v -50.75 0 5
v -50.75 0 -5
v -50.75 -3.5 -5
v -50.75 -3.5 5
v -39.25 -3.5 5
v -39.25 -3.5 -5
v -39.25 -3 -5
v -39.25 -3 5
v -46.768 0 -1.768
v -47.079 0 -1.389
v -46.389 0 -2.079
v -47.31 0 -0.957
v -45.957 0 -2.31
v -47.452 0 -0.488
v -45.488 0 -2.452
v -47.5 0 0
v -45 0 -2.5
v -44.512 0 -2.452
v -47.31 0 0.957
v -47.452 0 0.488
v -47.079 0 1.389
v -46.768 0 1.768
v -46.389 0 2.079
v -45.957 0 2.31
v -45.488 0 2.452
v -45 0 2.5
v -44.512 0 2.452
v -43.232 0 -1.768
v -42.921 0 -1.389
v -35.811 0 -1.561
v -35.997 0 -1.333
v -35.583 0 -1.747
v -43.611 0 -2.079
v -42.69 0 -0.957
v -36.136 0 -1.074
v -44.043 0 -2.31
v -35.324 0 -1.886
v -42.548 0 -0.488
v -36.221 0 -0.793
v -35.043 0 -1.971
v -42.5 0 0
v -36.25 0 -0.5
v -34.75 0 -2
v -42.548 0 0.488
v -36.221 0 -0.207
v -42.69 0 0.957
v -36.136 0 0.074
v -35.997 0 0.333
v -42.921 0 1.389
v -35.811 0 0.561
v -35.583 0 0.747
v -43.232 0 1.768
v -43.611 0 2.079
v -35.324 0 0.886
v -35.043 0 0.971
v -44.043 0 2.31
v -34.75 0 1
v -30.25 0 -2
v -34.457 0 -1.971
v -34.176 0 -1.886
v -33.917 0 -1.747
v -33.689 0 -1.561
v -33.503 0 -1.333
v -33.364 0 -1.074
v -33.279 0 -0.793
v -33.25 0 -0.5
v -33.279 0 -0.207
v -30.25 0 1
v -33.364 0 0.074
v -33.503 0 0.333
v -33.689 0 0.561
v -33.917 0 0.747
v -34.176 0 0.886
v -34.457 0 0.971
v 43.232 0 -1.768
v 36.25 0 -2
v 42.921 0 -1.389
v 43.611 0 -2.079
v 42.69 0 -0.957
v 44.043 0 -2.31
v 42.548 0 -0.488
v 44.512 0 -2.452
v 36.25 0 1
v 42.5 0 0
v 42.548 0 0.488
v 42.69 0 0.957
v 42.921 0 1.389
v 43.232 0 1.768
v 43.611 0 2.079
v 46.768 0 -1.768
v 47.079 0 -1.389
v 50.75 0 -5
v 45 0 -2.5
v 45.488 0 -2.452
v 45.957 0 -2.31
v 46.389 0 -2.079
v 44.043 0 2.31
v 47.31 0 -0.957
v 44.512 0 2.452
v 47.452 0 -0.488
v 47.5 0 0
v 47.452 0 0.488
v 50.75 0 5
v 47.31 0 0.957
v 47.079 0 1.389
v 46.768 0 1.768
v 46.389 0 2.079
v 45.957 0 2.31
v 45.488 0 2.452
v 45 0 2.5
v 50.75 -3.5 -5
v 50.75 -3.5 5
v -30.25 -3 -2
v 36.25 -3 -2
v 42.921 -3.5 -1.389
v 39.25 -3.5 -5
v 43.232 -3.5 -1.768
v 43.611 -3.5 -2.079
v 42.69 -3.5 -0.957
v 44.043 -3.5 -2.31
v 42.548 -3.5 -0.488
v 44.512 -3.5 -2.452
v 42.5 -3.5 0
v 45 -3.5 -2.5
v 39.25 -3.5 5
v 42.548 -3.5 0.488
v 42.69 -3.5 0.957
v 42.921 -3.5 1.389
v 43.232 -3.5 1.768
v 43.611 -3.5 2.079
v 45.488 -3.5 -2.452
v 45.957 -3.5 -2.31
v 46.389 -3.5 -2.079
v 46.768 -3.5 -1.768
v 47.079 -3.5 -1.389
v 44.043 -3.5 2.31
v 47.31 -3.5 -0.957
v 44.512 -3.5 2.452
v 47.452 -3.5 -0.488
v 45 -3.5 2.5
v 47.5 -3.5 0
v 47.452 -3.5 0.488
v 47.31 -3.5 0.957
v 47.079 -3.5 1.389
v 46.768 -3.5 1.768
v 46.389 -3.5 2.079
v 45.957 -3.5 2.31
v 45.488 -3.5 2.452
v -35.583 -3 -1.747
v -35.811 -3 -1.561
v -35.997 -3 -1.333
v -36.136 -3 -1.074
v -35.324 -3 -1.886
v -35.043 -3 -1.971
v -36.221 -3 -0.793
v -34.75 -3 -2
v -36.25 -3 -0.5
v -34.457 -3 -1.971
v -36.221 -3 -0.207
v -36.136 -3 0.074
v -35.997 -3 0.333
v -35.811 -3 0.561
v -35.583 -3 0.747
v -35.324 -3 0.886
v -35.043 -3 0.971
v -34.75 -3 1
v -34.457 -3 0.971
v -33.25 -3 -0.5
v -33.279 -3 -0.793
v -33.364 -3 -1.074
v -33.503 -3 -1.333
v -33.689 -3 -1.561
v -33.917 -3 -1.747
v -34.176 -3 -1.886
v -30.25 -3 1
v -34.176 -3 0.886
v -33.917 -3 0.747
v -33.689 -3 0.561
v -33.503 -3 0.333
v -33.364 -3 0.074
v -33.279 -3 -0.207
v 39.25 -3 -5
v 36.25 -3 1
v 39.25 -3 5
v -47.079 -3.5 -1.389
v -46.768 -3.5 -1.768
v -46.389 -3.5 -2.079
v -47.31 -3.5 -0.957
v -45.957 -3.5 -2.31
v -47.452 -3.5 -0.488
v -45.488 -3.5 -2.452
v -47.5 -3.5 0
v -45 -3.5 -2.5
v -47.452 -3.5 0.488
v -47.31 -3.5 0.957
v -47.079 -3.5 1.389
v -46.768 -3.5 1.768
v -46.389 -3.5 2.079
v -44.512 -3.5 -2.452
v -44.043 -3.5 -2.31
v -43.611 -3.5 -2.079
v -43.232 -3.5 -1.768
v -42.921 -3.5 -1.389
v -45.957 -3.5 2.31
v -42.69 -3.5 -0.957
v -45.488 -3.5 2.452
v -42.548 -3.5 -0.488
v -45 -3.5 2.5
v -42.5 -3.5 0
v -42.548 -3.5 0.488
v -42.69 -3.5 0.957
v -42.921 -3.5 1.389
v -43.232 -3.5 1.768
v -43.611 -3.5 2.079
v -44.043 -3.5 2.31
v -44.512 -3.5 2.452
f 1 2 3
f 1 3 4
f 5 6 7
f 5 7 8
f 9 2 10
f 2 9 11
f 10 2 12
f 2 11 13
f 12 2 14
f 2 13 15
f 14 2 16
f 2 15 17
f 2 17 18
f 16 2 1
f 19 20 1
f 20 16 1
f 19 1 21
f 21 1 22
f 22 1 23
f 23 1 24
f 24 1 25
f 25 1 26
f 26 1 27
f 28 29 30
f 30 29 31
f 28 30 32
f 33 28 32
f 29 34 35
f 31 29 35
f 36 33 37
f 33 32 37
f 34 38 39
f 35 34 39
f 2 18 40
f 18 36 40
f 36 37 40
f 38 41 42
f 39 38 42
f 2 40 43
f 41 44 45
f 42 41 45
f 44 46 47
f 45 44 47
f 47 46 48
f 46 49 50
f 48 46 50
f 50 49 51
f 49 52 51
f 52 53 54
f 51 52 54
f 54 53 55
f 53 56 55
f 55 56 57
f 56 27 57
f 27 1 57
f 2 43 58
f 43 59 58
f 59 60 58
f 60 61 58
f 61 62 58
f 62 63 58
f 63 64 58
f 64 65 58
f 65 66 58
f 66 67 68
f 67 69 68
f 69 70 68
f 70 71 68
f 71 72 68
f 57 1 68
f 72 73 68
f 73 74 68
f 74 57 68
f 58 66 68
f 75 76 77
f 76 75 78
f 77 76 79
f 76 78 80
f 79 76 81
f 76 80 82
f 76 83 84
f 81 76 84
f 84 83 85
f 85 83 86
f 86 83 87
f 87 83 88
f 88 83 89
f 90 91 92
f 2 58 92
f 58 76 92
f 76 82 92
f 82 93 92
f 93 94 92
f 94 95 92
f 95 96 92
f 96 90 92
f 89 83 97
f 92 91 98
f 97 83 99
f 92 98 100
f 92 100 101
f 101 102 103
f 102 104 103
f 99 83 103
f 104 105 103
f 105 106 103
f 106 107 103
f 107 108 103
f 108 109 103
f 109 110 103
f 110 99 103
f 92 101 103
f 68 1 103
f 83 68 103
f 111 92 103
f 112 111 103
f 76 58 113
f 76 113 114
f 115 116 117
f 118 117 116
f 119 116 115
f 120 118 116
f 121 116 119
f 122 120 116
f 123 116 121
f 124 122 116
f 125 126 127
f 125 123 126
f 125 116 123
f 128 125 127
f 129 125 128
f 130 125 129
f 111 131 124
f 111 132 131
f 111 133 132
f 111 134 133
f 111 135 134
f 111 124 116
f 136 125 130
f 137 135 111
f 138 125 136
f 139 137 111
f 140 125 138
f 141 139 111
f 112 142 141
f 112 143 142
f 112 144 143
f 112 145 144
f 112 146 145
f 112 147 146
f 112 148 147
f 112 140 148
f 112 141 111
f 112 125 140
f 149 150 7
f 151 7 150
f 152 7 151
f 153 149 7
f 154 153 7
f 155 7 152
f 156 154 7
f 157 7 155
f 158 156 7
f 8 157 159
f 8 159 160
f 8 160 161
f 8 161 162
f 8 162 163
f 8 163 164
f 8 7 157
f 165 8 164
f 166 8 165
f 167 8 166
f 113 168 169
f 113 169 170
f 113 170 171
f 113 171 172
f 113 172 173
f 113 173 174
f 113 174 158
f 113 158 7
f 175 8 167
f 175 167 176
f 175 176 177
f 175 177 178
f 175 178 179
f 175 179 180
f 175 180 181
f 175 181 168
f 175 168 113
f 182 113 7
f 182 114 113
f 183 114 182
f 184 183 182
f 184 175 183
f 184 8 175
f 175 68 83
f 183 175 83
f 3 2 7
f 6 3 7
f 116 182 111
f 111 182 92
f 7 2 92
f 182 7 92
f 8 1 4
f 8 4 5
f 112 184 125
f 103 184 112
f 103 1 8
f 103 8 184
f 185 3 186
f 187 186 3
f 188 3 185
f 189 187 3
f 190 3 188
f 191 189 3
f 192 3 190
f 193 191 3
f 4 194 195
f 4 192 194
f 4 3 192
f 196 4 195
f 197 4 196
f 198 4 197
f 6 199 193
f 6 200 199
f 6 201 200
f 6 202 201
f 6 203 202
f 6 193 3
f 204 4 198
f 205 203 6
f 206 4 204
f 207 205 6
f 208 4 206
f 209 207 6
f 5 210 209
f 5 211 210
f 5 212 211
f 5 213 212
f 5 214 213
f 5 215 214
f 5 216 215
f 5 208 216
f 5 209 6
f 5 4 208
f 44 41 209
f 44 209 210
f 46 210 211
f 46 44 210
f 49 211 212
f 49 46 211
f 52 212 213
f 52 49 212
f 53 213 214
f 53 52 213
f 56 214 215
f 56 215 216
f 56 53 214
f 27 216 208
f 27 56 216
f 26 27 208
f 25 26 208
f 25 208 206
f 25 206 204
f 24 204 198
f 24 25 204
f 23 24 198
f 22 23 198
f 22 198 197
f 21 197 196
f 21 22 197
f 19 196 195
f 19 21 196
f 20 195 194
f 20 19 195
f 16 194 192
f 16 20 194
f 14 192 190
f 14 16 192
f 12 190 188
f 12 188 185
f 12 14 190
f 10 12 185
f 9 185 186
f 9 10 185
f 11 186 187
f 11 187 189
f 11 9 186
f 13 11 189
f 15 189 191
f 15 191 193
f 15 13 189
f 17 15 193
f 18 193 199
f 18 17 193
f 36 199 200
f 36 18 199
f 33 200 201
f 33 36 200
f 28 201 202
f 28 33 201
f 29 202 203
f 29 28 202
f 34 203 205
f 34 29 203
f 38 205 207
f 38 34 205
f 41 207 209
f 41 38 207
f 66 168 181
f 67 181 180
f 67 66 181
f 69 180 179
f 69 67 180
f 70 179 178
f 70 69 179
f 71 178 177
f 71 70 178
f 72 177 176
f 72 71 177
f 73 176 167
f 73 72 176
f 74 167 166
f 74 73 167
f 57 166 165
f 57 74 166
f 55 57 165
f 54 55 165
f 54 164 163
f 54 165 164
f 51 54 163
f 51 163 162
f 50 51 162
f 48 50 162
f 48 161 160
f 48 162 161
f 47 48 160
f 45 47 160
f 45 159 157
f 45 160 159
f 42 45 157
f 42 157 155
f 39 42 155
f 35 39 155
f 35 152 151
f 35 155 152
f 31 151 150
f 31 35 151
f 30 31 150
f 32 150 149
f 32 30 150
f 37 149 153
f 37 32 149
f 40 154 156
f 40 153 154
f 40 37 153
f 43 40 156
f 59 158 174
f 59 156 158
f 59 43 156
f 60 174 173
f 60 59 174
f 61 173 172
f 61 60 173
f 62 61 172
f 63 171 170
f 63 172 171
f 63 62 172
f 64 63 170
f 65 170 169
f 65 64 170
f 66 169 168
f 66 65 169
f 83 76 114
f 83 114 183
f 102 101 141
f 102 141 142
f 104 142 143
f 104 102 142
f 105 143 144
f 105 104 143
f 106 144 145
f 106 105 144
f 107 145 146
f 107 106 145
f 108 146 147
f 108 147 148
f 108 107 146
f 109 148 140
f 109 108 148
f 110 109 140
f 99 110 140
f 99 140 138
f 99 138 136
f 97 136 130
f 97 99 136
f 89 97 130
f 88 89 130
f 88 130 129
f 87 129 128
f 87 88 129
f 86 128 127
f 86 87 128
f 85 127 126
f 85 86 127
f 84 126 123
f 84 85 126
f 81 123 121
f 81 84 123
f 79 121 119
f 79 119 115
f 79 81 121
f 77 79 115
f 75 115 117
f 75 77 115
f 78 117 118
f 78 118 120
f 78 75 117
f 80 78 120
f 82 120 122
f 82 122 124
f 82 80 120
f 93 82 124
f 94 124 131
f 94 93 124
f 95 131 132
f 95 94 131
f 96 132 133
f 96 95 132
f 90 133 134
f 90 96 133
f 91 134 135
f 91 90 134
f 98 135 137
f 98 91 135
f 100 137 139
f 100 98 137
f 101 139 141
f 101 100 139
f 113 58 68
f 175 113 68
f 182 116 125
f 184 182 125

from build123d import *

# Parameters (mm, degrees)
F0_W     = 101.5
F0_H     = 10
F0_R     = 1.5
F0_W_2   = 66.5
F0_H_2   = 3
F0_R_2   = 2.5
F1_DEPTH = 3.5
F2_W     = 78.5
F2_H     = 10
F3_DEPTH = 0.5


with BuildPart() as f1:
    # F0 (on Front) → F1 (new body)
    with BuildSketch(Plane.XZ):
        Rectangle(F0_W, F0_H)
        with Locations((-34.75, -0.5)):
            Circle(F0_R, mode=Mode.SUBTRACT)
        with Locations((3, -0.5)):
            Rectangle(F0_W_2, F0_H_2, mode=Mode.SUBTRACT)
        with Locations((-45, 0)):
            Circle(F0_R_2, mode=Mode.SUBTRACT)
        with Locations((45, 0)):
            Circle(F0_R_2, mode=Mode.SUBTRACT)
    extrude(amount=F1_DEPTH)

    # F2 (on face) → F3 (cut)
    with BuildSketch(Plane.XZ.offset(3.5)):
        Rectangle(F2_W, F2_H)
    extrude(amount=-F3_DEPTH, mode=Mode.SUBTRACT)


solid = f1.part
···
▸ **PROBLEM DESCRIPTION**
The line with "v -36.221 0 -0.793" is the last to include; transcribe exactly every line from the top of the material above down to it.

▸ **WRITTEN ANSWER**
v -50.75 0 5
v -50.75 0 -5
v -50.75 -3.5 -5
v -50.75 -3.5 5
v -39.25 -3.5 5
v -39.25 -3.5 -5
v -39.25 -3 -5
v -39.25 -3 5
v -46.768 0 -1.768
v -47.079 0 -1.389
v -46.389 0 -2.079
v -47.31 0 -0.957
v -45.957 0 -2.31
v -47.452 0 -0.488
v -45.488 0 -2.452
v -47.5 0 0
v -45 0 -2.5
v -44.512 0 -2.452
v -47.31 0 0.957
v -47.452 0 0.488
v -47.079 0 1.389
v -46.768 0 1.768
v -46.389 0 2.079
v -45.957 0 2.31
v -45.488 0 2.452
v -45 0 2.5
v -44.512 0 2.452
v -43.232 0 -1.768
v -42.921 0 -1.389
v -35.811 0 -1.561
v -35.997 0 -1.333
v -35.583 0 -1.747
v -43.611 0 -2.079
v -42.69 0 -0.957
v -36.136 0 -1.074
v -44.043 0 -2.31
v -35.324 0 -1.886
v -42.548 0 -0.488
v -36.221 0 -0.793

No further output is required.